Fridays seem to have a feel all their own. It makes no difference what the season of the year, Fridays have a certain sense of dreariness all their own.
I always suspect that it is because Friday is the day we get the agenda set for the next weeks city council meeting. That is so that it can go out to the council via the police force Friday night / Saturday. That way everyone has a chance to read any and all background information in the packet, consider the item coming up for consideration, and hopefully act as a more informed representative. Some weeks the agenda is easy to put together, other weeks it can be challenging, and still other weeks it is battle to pare it down to what is timely.
Friday is also the day that is usually used for meetings concerning miscellaneous topics. For example today I had meetings concerning economic development, land development, water issues, and state government relations. Sometimes interesting, sometimes a waste of time. And of course, no Friday would be complete without what I call the Friday loonies.
The Friday loonies are the people that have put off calling, on any and every topic, until Friday afternoon. They suddenly go loony and realize they need to call *NOW* to get that 4 hour job done today. And of course they want whatever it is to be fixed/changed/removed/replaced in the next hour. They always wait until an hour before the normal city labor force goes home and then call to request the solution be implemented immediately. I'm growing old and cynical now in my 5th year as mayor. I now ask when they first noticed the problem. An amazing number of callers spotted the problem a week ago, but now need it fixed in the next hour. Amazing.
Oh well. There is always the entertainment value. One of my favorite loonies was Mr. X.
I remember when I first became mayor. I had one true loony that called on the last Monday of the month, regular as clockwork, to ask when I was going to stop the flying saucers from buzzing his house, He wasn't talking about a child's toy either. He believed in full fledged UFOs buzzing his house. After several months of this odd pattern I finally talked to the local mental health clinic to see if the symptoms rang a bell with them.
The first words out of the director's mouth were "Oh, that must be Mr X! His health benefit always runs out the last week of the month and so he goes off his drugs for the week." He then went on to assure me that Mr. X was not violent, just suffered from this particular form of Xenophobia when off his medicine.
Relieved that it wasn't a violent loony, I came to expect and even enjoy the calls. After about a year, he finally called one night (he always called at about 11pm) and caught me in the wrong mood. So when he started in, I asked him if he had tried the aluminum foil hat since I had heard that aliens were afraid of people with aluminum foil hats. Stunned silence from him. Then a quick goodbye as he rushed off to try it. I spent weeks waiting before each council meeting to see if a man in an aluminum foil hat would be sitting in the audience.

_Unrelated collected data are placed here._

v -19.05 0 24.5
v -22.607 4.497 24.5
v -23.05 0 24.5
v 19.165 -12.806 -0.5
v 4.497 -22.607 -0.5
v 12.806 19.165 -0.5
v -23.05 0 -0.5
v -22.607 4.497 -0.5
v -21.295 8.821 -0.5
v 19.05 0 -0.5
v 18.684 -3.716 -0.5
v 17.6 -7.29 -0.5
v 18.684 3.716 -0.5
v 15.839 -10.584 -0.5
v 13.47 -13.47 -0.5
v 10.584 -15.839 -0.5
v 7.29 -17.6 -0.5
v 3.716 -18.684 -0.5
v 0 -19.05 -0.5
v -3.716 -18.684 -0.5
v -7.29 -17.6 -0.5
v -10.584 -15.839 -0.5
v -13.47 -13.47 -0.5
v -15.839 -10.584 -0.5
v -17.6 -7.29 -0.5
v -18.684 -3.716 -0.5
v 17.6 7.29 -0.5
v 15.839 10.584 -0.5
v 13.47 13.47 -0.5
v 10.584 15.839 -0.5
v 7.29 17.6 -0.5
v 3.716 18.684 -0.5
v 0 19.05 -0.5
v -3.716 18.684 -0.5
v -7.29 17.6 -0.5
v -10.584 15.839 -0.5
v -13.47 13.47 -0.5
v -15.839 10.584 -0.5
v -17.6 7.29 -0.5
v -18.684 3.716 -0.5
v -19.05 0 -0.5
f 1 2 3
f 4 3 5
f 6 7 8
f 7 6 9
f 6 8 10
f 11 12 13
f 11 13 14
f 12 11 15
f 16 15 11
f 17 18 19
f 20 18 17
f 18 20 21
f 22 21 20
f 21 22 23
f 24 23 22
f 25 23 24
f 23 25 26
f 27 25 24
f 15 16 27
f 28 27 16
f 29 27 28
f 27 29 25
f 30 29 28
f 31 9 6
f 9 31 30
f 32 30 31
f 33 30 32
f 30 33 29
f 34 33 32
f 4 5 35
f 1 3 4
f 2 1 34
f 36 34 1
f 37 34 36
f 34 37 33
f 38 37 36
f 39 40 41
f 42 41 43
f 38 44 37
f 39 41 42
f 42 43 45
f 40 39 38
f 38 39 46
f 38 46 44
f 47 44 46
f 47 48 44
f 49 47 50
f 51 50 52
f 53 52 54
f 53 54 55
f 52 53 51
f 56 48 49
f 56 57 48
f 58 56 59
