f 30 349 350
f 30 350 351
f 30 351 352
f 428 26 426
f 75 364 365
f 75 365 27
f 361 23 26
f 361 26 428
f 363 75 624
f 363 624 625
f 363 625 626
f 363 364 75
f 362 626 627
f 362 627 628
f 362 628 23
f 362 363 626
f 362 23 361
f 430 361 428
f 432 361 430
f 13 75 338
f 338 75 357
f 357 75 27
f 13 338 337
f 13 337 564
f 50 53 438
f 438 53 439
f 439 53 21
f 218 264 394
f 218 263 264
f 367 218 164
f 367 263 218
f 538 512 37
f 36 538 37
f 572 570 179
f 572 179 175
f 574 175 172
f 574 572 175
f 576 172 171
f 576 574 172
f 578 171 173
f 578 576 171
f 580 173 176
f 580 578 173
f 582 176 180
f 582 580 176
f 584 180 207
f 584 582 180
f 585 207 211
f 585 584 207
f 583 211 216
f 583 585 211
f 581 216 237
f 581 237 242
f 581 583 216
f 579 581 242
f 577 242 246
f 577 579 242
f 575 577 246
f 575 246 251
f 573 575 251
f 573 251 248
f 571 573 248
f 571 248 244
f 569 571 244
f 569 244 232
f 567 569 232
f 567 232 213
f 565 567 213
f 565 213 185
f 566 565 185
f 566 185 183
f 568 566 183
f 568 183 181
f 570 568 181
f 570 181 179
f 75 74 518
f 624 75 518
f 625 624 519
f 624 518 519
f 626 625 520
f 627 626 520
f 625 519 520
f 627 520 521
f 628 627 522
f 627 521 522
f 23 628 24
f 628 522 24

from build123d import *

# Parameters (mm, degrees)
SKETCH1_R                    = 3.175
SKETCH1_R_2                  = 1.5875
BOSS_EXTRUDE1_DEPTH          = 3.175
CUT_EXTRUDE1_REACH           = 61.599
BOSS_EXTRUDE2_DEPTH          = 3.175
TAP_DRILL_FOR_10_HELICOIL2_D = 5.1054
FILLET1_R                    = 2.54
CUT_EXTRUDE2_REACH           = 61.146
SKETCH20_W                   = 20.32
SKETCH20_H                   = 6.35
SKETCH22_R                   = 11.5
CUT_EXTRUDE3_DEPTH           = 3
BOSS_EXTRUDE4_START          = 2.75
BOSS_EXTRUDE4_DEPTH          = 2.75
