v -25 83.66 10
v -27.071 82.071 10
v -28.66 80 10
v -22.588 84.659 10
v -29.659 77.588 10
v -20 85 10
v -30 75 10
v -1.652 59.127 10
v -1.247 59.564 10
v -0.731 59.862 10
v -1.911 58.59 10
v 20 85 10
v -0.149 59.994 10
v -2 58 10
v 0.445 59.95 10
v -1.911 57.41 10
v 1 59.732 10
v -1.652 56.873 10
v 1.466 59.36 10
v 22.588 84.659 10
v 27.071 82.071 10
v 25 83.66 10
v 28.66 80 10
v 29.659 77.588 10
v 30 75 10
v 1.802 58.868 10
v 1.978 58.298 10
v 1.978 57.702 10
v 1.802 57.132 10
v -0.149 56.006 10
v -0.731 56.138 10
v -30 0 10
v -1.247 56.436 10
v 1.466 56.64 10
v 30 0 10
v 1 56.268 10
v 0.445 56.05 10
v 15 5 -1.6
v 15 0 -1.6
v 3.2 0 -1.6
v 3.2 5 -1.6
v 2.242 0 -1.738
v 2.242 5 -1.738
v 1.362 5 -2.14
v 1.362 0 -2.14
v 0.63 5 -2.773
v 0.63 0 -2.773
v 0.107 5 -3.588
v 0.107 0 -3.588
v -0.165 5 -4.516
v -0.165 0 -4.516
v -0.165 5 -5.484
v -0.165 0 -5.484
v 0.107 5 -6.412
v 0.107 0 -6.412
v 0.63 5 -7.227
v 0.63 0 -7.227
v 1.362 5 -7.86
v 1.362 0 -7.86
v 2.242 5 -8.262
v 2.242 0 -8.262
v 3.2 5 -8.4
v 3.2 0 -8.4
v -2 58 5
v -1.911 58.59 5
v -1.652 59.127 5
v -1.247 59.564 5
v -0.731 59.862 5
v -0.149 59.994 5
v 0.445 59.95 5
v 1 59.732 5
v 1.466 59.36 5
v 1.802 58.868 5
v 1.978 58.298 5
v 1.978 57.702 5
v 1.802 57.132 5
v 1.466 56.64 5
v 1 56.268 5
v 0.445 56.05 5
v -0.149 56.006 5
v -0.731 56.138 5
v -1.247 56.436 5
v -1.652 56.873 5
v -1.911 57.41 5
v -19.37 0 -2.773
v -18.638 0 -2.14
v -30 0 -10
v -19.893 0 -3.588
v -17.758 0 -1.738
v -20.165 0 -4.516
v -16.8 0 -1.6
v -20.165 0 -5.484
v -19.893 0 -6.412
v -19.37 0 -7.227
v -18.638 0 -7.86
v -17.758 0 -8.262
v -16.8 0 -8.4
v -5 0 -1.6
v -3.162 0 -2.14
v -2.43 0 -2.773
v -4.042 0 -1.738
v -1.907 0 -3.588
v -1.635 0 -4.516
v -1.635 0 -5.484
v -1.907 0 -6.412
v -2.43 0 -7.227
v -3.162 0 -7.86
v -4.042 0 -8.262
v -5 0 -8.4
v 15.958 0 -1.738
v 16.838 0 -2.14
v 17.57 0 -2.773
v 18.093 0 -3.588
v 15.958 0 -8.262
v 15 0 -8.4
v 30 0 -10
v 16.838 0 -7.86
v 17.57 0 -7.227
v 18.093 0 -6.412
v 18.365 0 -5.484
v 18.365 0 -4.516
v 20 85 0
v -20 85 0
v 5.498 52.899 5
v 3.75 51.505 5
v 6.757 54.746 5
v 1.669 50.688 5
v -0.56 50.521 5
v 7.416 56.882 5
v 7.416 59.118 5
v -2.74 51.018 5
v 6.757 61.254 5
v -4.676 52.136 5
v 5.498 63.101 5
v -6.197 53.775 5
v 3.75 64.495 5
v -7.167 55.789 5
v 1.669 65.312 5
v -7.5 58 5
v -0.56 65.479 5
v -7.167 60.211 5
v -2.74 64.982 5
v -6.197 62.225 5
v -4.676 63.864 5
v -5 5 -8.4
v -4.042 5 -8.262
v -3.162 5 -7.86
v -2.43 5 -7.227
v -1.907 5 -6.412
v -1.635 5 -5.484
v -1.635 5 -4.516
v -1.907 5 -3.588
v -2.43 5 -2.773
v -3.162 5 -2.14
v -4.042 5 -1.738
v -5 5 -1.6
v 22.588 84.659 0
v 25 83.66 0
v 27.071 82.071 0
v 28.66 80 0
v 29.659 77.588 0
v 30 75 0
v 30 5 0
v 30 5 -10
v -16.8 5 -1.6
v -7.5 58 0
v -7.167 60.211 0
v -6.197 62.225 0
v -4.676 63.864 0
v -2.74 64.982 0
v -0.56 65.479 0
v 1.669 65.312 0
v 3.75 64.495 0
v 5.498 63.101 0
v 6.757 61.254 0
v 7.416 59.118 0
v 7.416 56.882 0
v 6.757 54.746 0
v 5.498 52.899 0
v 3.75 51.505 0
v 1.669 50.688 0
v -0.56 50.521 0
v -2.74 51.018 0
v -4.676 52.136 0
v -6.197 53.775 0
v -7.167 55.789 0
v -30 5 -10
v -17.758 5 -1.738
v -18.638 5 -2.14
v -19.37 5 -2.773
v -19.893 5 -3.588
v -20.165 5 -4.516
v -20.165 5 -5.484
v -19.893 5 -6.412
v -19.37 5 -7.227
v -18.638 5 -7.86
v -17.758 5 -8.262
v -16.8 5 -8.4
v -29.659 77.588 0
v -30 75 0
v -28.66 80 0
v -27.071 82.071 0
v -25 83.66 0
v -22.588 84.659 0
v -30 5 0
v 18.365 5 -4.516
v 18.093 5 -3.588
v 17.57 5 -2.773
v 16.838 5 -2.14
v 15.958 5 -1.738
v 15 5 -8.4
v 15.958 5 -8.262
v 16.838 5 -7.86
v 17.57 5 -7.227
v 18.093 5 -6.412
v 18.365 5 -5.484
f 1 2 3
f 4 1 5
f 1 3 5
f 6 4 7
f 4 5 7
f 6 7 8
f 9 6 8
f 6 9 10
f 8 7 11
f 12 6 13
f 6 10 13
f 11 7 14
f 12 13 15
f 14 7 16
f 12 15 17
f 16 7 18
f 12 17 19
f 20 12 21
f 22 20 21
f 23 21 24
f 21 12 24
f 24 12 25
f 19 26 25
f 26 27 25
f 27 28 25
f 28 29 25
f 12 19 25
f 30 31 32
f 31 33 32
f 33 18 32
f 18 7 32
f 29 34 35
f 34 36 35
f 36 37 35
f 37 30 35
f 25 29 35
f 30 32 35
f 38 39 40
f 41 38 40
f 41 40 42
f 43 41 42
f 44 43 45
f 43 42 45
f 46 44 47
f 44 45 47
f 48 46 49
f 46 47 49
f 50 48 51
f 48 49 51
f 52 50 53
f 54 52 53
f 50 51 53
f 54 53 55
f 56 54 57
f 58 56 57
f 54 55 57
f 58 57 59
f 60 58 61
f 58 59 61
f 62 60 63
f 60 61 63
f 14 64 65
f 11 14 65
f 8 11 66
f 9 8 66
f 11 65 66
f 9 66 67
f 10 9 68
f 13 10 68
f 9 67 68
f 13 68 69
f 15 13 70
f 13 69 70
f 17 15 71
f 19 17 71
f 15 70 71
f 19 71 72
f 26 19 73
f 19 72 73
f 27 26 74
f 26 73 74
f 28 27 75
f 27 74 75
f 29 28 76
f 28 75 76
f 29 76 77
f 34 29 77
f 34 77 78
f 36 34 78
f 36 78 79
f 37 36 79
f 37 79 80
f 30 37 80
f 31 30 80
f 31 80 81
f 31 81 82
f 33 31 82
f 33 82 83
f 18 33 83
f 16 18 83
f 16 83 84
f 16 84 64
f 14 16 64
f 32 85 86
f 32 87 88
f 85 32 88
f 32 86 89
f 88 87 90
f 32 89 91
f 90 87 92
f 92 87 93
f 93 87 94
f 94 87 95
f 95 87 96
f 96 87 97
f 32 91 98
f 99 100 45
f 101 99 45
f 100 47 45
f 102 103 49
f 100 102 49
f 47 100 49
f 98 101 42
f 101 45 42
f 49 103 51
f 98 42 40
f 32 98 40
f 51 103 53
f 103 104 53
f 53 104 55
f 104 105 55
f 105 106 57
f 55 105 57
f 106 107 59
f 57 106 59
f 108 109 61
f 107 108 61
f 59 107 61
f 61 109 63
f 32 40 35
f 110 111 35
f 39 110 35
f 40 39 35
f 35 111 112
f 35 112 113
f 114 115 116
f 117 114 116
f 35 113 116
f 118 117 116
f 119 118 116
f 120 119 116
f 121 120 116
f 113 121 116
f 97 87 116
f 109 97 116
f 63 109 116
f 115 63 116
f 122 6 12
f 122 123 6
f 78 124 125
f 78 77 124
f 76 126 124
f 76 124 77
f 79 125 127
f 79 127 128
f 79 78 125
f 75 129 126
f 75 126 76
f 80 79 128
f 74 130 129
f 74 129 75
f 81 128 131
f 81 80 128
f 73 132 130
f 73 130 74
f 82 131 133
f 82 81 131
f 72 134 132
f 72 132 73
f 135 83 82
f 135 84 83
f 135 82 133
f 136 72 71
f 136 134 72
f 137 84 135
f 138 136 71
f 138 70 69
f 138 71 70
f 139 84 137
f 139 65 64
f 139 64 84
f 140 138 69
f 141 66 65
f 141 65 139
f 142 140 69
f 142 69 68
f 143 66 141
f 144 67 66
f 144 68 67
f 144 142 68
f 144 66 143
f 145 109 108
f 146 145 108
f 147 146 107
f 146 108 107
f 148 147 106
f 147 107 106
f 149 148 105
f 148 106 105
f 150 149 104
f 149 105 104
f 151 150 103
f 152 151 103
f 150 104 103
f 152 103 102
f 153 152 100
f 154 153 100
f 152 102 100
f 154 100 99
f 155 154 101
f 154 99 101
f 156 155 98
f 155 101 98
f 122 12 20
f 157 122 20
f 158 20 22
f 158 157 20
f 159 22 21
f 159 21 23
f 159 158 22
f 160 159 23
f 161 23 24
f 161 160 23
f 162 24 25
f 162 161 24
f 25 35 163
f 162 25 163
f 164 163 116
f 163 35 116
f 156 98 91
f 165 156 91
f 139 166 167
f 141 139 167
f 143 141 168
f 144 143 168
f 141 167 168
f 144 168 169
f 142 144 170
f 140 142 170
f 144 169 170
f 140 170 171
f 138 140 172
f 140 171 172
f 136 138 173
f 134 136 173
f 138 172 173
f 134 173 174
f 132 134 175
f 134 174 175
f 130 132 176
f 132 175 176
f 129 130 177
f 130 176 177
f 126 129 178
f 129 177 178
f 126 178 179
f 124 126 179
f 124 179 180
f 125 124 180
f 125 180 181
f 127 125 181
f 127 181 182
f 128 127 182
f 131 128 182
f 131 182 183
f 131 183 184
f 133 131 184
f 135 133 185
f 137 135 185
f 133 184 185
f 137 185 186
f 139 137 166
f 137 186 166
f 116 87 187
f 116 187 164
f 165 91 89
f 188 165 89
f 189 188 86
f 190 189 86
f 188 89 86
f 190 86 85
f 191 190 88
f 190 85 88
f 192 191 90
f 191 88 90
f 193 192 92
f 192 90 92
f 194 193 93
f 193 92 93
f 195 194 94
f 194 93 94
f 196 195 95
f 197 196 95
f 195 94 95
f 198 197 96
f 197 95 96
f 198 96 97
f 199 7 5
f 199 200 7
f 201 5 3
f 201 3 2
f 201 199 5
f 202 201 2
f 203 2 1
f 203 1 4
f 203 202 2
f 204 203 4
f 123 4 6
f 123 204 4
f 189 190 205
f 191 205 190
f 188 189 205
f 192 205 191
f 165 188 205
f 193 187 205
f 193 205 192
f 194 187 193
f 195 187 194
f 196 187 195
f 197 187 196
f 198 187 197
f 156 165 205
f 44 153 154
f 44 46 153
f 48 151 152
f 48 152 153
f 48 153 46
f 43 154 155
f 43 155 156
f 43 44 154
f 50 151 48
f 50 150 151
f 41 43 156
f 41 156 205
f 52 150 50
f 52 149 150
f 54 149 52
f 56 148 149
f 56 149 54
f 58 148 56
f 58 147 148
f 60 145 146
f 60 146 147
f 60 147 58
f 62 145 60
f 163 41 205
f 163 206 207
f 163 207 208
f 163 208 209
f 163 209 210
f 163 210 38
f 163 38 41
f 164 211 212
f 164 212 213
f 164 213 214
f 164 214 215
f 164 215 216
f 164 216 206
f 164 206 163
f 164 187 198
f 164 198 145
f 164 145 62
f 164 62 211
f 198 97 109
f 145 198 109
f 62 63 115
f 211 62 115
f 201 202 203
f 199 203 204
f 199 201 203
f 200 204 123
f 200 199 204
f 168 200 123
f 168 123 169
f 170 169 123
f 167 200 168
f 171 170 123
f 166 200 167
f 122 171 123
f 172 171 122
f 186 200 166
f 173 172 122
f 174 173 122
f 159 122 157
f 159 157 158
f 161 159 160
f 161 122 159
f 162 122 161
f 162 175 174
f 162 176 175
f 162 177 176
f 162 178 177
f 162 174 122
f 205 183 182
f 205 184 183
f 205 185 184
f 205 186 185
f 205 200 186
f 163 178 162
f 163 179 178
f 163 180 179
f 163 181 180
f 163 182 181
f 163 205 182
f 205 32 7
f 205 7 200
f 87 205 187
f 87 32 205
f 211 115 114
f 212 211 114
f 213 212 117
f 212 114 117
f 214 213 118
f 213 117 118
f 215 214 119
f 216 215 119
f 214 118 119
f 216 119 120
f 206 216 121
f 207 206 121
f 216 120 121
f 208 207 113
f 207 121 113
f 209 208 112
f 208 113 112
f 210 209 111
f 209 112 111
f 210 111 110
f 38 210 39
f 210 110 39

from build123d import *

# Parameters (mm, degrees)
SKETCH1_W           = 60
SKETCH1_H           = 20
BOSS_EXTRUDE1_DEPTH = 5
SKETCH2_W           = 60
SKETCH2_H           = 10
BOSS_EXTRUDE2_DEPTH = 80
SKETCH3_R           = 7.5
CUT_EXTRUDE1_DEPTH  = 5
FILLET1_R           = 10
SKETCH4_R           = 2
CUT_EXTRUDE2_DEPTH  = 92.378334412


with BuildPart() as part:
    # Sketch1 → Boss-Extrude1 (new body)
    with BuildSketch(Plane(origin=(0, 0, 0), x_dir=(1, 0, 0), z_dir=(0, 1, 0))):
        Rectangle(SKETCH1_W, SKETCH1_H)
        with BuildLine():
            Line((-16.8, 8.4), (-5, 8.4))
            ThreePointArc((-5, 8.4), (-1.6, 5), (-5, 1.6))
            Line((-5, 1.6), (-16.8, 1.6))
            ThreePointArc((-16.8, 1.6), (-20.2, 5), (-16.8, 8.4))
        make_face(mode=Mode.SUBTRACT)
        with BuildLine():
            Line((3.2, 8.4), (15, 8.4))
            ThreePointArc((15, 8.4), (18.4, 5), (15, 1.6))
            Line((15, 1.6), (3.2, 1.6))
            ThreePointArc((3.2, 1.6), (-0.2, 5), (3.2, 8.4))
        make_face(mode=Mode.SUBTRACT)
    extrude(amount=BOSS_EXTRUDE1_DEPTH)

    # Sketch2 → Boss-Extrude2 (add)
    with BuildSketch(Plane(origin=(0, 5, 0), x_dir=(1, 0, 0), z_dir=(0, 1, 0))):
        with Locations((0, -5)):
            Rectangle(SKETCH2_W, SKETCH2_H)
    extrude(amount=BOSS_EXTRUDE2_DEPTH)

    # Sketch3 → Cut-Extrude1 (cut)
    with BuildSketch(Plane(origin=(0, 0, 0), x_dir=(-1, 0, 0), z_dir=(0, 0, -1))):
        with Locations((0, 58)):
            Circle(SKETCH3_R)
    extrude(amount=-CUT_EXTRUDE1_DEPTH, mode=Mode.SUBTRACT)

    # Fillet1
    fillet1_edges = [part.edges().sort_by_distance(p)[0] for p in [
        (30, 85, 5),
        (-30, 85, 5),
    ]]
    fillet(fillet1_edges, radius=FILLET1_R)

    # Sketch4 → Cut-Extrude2 (cut, through all)
    with BuildSketch(Plane(origin=(0, 0, 5), x_dir=(-1, 0, 0), z_dir=(0, 0, -1))):
        with Locations((0, 58)):
            Circle(SKETCH4_R)
    extrude(amount=-CUT_EXTRUDE2_DEPTH, mode=Mode.SUBTRACT)


solid = part.part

Mr. X continued to call for another 6 months and then suddenly stopped. That concerned me - was he hurt or injured and needing help or ... I talked to mental health people to see if there was some way for them to check up on him (I never did know him by any name other then Mr. X). The director got this funny look on his face and then said he thought he could explain the absence of calls. Turned out that Mr. X had finally become eligible for a new program that covered his drugs all month long and so didn't run out in the last week of the month. Pretty good evidence for the efficacy of the treatment, at least to my mind.
Well, off to the excitement of bed. (No more loonies to keep me amused.) (Larry, see what fun you have in store when you become mayor?)